• **WHAT THIS TASK INVOLVES**: Which lines of the entries below include "DIRECTION"? List them all.

• **LISTED RECORDS**:
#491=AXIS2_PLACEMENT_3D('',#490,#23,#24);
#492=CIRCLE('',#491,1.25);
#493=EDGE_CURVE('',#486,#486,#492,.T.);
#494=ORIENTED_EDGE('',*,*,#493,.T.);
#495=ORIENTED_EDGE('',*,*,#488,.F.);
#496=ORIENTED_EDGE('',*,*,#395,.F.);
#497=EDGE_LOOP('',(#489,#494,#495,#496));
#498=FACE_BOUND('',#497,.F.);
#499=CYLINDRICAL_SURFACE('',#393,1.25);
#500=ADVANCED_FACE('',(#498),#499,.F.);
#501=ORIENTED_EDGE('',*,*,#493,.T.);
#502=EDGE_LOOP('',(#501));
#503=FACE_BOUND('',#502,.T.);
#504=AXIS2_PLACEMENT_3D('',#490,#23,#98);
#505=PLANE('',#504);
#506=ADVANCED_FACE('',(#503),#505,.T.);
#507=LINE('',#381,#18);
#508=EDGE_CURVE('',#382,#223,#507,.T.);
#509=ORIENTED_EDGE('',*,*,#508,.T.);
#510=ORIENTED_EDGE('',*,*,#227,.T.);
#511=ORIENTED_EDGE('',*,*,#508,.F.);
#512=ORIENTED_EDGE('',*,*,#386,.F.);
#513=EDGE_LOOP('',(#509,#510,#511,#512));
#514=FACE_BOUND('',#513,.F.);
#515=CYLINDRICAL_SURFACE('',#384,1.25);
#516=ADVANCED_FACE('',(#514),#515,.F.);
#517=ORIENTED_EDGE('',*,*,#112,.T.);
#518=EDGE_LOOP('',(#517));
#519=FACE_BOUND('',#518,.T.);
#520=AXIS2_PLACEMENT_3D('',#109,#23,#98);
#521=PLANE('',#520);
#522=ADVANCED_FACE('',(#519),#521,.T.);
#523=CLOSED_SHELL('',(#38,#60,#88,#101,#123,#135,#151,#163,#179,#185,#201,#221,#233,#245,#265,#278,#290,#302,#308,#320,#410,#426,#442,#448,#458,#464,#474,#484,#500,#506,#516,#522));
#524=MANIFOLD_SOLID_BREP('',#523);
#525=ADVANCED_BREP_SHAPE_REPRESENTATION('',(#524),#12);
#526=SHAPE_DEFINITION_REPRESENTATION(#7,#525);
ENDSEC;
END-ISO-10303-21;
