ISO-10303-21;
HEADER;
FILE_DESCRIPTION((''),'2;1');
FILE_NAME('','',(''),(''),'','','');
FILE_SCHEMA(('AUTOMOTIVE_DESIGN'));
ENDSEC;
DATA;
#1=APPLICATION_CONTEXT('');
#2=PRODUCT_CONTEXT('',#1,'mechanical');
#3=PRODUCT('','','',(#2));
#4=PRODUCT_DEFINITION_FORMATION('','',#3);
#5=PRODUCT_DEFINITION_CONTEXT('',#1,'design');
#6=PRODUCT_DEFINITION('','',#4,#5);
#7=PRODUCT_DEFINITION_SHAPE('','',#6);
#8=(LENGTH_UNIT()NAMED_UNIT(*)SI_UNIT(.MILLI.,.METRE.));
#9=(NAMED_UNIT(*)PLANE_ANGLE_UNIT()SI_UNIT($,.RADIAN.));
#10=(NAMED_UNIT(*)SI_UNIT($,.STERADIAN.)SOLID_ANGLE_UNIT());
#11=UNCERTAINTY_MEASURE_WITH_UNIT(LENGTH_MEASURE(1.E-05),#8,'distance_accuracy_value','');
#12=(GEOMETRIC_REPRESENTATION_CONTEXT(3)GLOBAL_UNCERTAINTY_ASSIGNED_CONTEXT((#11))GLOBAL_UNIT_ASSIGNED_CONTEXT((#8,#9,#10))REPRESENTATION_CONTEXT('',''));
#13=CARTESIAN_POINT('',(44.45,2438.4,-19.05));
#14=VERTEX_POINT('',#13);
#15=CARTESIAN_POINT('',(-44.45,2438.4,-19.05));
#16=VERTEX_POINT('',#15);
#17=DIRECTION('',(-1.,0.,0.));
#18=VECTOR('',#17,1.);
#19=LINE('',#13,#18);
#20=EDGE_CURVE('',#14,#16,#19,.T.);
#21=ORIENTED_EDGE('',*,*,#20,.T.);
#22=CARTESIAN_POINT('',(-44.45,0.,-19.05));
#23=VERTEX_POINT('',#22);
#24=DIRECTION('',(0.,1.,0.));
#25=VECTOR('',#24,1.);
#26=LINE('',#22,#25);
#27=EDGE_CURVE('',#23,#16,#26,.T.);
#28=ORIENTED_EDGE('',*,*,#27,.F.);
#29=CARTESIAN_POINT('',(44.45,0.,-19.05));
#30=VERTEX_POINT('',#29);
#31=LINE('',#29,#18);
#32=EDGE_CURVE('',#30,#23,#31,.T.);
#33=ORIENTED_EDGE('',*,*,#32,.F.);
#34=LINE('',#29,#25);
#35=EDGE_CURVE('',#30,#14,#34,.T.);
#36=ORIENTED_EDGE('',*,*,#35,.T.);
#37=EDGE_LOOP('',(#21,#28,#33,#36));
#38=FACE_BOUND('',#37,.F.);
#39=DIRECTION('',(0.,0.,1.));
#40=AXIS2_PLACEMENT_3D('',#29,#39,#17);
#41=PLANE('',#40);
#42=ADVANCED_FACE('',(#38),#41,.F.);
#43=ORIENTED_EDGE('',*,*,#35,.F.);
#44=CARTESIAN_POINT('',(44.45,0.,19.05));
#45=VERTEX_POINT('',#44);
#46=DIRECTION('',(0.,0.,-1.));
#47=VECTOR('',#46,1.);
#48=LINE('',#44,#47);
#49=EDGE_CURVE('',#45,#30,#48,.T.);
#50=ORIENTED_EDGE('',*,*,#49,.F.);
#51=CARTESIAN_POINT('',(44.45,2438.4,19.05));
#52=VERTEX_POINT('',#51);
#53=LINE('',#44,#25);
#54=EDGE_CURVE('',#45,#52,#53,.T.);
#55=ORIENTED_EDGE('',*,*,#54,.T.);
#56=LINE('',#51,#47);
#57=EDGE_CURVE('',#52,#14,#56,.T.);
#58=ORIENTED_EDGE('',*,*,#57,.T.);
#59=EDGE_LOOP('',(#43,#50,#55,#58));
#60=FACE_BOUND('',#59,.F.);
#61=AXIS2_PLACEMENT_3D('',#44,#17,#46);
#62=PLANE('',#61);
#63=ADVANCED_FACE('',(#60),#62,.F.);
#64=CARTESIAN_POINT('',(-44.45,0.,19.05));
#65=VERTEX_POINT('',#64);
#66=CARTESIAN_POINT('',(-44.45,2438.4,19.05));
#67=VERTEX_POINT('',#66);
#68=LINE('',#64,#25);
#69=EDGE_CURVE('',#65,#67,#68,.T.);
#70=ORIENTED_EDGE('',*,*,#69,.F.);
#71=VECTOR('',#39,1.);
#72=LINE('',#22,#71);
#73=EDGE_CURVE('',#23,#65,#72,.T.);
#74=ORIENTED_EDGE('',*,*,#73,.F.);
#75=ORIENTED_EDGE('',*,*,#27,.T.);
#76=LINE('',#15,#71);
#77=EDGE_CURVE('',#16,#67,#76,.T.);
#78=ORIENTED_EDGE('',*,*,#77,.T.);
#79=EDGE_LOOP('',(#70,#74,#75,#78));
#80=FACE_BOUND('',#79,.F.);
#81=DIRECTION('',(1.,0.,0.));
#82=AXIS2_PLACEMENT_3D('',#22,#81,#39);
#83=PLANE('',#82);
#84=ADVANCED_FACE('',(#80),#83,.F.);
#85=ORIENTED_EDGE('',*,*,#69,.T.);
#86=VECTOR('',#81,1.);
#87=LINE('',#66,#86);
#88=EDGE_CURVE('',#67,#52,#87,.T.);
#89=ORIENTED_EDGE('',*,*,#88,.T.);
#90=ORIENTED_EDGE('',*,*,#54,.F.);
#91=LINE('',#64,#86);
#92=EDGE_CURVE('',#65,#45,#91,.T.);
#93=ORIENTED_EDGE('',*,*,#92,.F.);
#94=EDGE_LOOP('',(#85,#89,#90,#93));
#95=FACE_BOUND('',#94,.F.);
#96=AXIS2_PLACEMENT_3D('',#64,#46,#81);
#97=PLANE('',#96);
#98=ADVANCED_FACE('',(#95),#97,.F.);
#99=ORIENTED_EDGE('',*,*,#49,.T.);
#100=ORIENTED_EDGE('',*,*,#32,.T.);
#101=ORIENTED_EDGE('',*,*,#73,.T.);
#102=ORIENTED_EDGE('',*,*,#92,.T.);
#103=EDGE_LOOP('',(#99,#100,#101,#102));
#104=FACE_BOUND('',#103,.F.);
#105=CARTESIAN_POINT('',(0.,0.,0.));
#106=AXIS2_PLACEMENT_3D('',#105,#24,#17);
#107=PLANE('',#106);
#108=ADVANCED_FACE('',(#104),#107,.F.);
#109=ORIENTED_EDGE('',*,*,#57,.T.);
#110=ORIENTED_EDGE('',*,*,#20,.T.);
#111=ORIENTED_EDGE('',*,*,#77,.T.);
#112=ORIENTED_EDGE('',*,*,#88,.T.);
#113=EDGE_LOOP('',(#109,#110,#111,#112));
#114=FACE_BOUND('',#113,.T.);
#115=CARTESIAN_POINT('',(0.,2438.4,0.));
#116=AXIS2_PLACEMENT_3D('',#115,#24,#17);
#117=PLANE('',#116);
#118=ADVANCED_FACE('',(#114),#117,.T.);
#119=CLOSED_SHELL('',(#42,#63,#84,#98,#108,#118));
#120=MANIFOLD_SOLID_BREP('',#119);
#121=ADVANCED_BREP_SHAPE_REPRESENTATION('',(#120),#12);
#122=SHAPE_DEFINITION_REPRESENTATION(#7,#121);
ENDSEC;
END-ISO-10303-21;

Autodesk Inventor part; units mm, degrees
ref_plane "YZ Plane" through (0, 0, 0) normal (1, 0, 0) x (0, 1, 0)
ref_plane "XZ Plane" through (0, 0, 0) normal (0, 1, 0) x (-1, 0, 0)
ref_plane "XY Plane" through (0, 0, 0) normal (0, 0, 1) x (1, 0, 0)
sketch "Sketch1" plane through (0, 0, 0) normal (0, 1, 0) x (-1, 0, 0)
  line L0 (-44.45, -19.05) -> (44.45, -19.05)
  line L1 (44.45, -19.05) -> (44.45, 19.05)
  line L2 (44.45, 19.05) -> (-44.45, 19.05)
  line L3 (-44.45, 19.05) -> (-44.45, -19.05)
  line L4 (-44.45, -19.05) -> (44.45, 19.05) construction
  line L5 (44.45, -19.05) -> (-44.45, 19.05) construction
  point P0 (0, 0)
  dimension "d0" = 38.1
  dimension "d1" = 88.9
extrude "Extrusion1" add sketch "Sketch1" along normal blind 2438.4
properties part number "2x4x96"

• **ANSWER SECTION**:
#17=DIRECTION('',(-1.,0.,0.));
#24=DIRECTION('',(0.,1.,0.));
#39=DIRECTION('',(0.,0.,1.));
#46=DIRECTION('',(0.,0.,-1.));
#81=DIRECTION('',(1.,0.,0.));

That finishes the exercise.